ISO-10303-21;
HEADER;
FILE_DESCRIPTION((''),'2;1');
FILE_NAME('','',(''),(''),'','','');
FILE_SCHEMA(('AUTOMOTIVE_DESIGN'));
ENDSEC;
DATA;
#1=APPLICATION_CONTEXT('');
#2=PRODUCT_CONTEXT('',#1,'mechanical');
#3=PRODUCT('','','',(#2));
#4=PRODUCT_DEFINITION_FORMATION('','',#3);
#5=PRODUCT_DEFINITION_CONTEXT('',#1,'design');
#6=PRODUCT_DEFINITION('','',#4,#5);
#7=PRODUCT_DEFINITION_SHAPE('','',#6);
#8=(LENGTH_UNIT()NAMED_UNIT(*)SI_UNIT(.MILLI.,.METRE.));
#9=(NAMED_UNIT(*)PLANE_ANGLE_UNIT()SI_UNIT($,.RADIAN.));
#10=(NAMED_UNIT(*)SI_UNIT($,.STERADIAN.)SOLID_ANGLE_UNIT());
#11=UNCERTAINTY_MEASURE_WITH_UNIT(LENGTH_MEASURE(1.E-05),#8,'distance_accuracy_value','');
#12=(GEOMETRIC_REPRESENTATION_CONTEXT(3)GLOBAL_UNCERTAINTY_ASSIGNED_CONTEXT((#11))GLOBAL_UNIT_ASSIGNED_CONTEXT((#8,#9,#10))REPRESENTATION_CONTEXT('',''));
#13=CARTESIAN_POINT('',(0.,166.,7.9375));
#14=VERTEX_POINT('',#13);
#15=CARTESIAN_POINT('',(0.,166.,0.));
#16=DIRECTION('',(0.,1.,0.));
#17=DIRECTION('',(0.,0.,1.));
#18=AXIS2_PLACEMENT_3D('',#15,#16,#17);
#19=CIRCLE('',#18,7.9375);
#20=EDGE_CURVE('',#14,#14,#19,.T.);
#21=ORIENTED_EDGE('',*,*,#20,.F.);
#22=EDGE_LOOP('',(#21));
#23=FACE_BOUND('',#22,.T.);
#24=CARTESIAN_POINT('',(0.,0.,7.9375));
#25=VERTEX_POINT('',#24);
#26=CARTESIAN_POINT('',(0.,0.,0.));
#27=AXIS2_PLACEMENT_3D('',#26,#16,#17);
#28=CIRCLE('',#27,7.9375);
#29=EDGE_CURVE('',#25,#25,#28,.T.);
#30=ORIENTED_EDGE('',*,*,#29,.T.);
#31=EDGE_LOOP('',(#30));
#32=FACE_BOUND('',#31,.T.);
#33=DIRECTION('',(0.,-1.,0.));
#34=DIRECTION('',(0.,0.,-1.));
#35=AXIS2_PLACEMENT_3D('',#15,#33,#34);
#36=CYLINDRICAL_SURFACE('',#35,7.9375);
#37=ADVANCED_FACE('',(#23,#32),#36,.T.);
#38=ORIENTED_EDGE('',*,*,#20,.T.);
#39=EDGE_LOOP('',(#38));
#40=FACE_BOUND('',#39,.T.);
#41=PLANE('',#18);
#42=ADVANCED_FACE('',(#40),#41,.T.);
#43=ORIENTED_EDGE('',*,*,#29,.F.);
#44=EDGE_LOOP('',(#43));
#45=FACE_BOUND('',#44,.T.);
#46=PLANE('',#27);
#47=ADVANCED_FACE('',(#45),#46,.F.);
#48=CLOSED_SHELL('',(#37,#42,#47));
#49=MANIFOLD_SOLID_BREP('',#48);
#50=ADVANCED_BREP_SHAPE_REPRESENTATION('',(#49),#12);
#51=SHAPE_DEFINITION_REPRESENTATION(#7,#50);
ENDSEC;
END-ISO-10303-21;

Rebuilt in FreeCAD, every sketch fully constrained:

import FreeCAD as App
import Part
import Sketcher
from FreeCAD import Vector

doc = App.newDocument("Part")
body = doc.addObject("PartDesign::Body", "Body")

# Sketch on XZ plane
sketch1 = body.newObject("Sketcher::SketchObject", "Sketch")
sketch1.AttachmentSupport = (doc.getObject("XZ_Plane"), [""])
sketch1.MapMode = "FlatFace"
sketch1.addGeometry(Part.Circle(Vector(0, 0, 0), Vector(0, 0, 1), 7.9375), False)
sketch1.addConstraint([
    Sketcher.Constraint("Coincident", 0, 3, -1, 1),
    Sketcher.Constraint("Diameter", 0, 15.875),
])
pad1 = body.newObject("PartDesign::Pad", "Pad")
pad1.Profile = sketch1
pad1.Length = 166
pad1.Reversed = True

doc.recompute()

※ ※ ※

What is needed >>
Write out once more the lines above beginning at the line with "#41=PLANE('',#18);"; continue through the final line and stop there.

Solution for this problem >>
#41=PLANE('',#18);
#42=ADVANCED_FACE('',(#40),#41,.T.);
#43=ORIENTED_EDGE('',*,*,#29,.F.);
#44=EDGE_LOOP('',(#43));
#45=FACE_BOUND('',#44,.T.);
#46=PLANE('',#27);
#47=ADVANCED_FACE('',(#45),#46,.F.);
#48=CLOSED_SHELL('',(#37,#42,#47));
#49=MANIFOLD_SOLID_BREP('',#48);
#50=ADVANCED_BREP_SHAPE_REPRESENTATION('',(#49),#12);
#51=SHAPE_DEFINITION_REPRESENTATION(#7,#50);
ENDSEC;
END-ISO-10303-21;

Rebuilt in FreeCAD, every sketch fully constrained:

import FreeCAD as App
import Part
import Sketcher
from FreeCAD import Vector

doc = App.newDocument("Part")
body = doc.addObject("PartDesign::Body", "Body")

# Sketch on XZ plane
sketch1 = body.newObject("Sketcher::SketchObject", "Sketch")
sketch1.AttachmentSupport = (doc.getObject("XZ_Plane"), [""])
sketch1.MapMode = "FlatFace"
sketch1.addGeometry(Part.Circle(Vector(0, 0, 0), Vector(0, 0, 1), 7.9375), False)
sketch1.addConstraint([
    Sketcher.Constraint("Coincident", 0, 3, -1, 1),
    Sketcher.Constraint("Diameter", 0, 15.875),
])
pad1 = body.newObject("PartDesign::Pad", "Pad")
pad1.Profile = sketch1
pad1.Length = 166
pad1.Reversed = True

doc.recompute()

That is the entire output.